10 responses to “Morchella esculenta”

  1. phillip heart skipped a beat when the picture came up..!…my family lived in Iowa when i was a child…many years ago…and my grandfather was the King of Morels..he knew every secret part of the forests where they grew…i remember going with mom and dad..aunts and uncles… find the elusive morels..once you found one…keep that same stare..and look around but not moving…and like magic..they are everywhere..we would bring several full burlap bags home..grandma would split them..soak them in salt water..bread them in cracker crumbs..flour..and egg..fry them in large cast iron skillets…and the feast would begin..!

  2. Anne

    Oh Phillip, me too!! These used to grow under the tree in front of the house where I grew up in IL. I can’t believe I ever took these things for granted. What I wouldn’t give for that tasty breaded yumminess right now!

  3. Diana Ferguson

    Who knew – this could be so lovely. Thanks for the picture and for posting it as the Photo of the Day.

  4. wendy

    A Morel by any name would seem to taste as sweet! But one must truly go out and gather. Dried Morels in Switzerland cost almost 30Sfr. a gram. When I saw the picture I could understand how inviting the holes and tunnels might be to ravenous little critters. Wonderful shot! It summons up not only the taste and smell of the mushroom but the smell of the damp woods as well. Thanks as always!

  5. Sue Vargas

    Here in Western Michigan they are found all over in the spring. Delicious fried in butter with scrambled eggs. The best is the infamous holiday dish “Green Bean Casserole” with morels mixed in – Fabulous!

  6. Barbara Lamb

    As a child in Virginia I used to collect these with my father. Locals called them “merkels”, supposedly a variation of miracle, which described their tendency to pop up out of nowhere. Last spring in southeastern Ontario we found some so large we were able to stuff them – delicious!

  7. Eric Simpson

    I have yet to eat a morel. To the best of my knowledge, they don’t grow in SoCal, and I’ve never seen any in the grocery store (and I’ve looked). In fact, I don’t remember even ever seeing a spongiform mushroom, anywhere (though my wilderness travels have been restricted to the West Coast and Southwest). The only wild mushroom I know by sight and location are chanterelles in southwestern Oregon, but it’s been almost 30 years since I had that pleasure.

  8. phillip

    ..Eric..morels have almost zero shelf life after being picked..they will turn slimy and collapse after a day or so..once in a while you can find them in upgrade stores…you can can them in brine..or dry them..not like the fresh..we used to get chanterelles from the Berkley hills..California..some as large as 10#…and the most beautiful golden yellow color..

  9. James Singer

    Eric… SoCal is rich in meadow mushrooms, or it was when I grew up there.

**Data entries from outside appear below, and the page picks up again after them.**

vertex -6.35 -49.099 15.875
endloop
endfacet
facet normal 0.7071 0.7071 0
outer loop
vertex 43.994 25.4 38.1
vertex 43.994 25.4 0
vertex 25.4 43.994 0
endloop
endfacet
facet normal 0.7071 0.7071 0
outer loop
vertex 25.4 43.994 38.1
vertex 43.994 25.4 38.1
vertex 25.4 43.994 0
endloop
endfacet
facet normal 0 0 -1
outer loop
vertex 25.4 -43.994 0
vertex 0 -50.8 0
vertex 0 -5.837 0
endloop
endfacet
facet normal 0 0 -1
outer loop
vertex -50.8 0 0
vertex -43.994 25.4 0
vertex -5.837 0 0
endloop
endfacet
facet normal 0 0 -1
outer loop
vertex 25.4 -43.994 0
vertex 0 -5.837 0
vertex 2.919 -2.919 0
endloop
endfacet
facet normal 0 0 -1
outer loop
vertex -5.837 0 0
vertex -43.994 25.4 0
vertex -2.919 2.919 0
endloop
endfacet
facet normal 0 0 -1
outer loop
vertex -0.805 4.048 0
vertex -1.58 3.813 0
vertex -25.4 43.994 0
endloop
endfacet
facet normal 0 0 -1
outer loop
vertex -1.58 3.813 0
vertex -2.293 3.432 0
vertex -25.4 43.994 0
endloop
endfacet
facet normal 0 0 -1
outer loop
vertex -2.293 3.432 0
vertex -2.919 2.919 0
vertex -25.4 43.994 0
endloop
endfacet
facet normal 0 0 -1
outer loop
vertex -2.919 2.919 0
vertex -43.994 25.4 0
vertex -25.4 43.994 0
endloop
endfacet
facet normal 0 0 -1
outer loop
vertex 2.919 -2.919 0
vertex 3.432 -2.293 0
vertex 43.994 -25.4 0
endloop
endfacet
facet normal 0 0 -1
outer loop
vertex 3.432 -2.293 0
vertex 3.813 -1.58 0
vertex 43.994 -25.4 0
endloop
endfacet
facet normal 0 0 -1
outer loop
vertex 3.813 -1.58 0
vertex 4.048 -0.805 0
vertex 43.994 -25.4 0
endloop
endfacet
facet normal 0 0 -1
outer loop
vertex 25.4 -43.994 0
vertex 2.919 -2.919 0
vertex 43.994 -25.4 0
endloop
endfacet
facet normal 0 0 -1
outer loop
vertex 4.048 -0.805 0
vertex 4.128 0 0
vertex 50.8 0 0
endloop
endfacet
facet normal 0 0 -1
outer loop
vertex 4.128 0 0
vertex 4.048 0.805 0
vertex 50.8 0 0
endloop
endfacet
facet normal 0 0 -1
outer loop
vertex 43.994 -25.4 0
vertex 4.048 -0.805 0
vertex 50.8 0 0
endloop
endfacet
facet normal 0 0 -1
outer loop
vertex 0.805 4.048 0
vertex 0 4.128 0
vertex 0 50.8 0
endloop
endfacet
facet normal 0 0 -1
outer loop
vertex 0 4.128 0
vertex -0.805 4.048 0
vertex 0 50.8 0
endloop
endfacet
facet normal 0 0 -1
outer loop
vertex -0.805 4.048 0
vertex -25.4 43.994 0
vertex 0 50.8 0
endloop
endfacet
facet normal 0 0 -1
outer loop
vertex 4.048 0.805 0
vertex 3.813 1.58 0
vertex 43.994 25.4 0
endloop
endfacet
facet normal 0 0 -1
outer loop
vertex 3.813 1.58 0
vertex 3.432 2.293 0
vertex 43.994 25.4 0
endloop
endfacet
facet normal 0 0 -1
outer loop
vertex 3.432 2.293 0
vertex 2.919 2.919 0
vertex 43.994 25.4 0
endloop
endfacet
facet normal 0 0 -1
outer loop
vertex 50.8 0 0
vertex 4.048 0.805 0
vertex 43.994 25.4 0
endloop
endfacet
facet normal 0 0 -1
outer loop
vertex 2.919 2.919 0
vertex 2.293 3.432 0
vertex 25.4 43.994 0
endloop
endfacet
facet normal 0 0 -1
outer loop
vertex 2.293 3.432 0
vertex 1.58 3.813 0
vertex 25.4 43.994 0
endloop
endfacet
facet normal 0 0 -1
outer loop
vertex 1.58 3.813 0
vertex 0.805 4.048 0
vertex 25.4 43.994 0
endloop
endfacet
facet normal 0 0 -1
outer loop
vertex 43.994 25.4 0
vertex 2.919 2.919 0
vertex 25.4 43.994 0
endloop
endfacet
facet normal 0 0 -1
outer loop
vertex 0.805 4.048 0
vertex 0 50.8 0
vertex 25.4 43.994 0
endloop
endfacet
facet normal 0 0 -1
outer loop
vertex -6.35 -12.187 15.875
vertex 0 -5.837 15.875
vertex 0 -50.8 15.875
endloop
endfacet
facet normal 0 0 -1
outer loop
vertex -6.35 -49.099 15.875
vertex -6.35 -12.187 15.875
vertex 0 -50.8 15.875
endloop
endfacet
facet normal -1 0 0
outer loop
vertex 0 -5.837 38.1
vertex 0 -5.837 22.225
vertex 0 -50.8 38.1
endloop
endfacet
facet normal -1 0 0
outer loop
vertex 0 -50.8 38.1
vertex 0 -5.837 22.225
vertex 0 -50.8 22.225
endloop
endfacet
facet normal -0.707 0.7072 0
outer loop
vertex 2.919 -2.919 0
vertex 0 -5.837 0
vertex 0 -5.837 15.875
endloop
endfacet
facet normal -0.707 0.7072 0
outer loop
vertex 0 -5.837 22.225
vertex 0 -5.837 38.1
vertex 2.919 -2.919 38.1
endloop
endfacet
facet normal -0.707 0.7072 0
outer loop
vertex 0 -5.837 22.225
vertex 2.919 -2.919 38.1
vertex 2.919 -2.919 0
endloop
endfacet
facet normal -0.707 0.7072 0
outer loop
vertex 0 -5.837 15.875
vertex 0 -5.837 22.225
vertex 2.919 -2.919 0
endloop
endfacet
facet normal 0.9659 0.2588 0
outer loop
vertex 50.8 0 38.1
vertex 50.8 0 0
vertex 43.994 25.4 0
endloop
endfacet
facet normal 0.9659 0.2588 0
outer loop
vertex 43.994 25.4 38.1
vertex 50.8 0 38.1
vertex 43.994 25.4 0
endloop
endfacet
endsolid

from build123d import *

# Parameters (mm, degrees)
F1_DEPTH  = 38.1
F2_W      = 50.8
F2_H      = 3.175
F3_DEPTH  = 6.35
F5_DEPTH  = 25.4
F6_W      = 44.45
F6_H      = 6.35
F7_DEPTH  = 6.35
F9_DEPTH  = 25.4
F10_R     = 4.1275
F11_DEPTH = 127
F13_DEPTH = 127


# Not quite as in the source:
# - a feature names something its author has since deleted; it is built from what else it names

All during the depression we picked baskets of them. Fried in butter, they’re every bit as tasty as the morels I’ve foraged in WVA and MD.

  10. enid

    Many years ago I had a small plot of land around my country home, and I wanted so much to have Fireweed grow in the garden. I gathered seed pods and burned the ground in an area where I wanted to nurture these plants (evidently fireweed was the first plant to grow after the bombings in England after WW2). The next year, instead of a patch of Fireweed, I found a few of the ugliest mushrooms growing there. Being young and dumb, I beat the things to death because I didn’t know what they were and I didn’t want my young kids sampling them. When I learned the error of my ways, I tried to encourage the morels to come up again, but they spurned me. Thanks for that info today. I had no idea that morels seem to like to come on the burned land. Although I don’t care to eat mushrooms, I now think they are quite beautiful and wonderful art subjects.
    By the way, the fireweed didn’t come up in my back yard, but somehow some wayward seeds took hold in the front yard, and I was thrilled!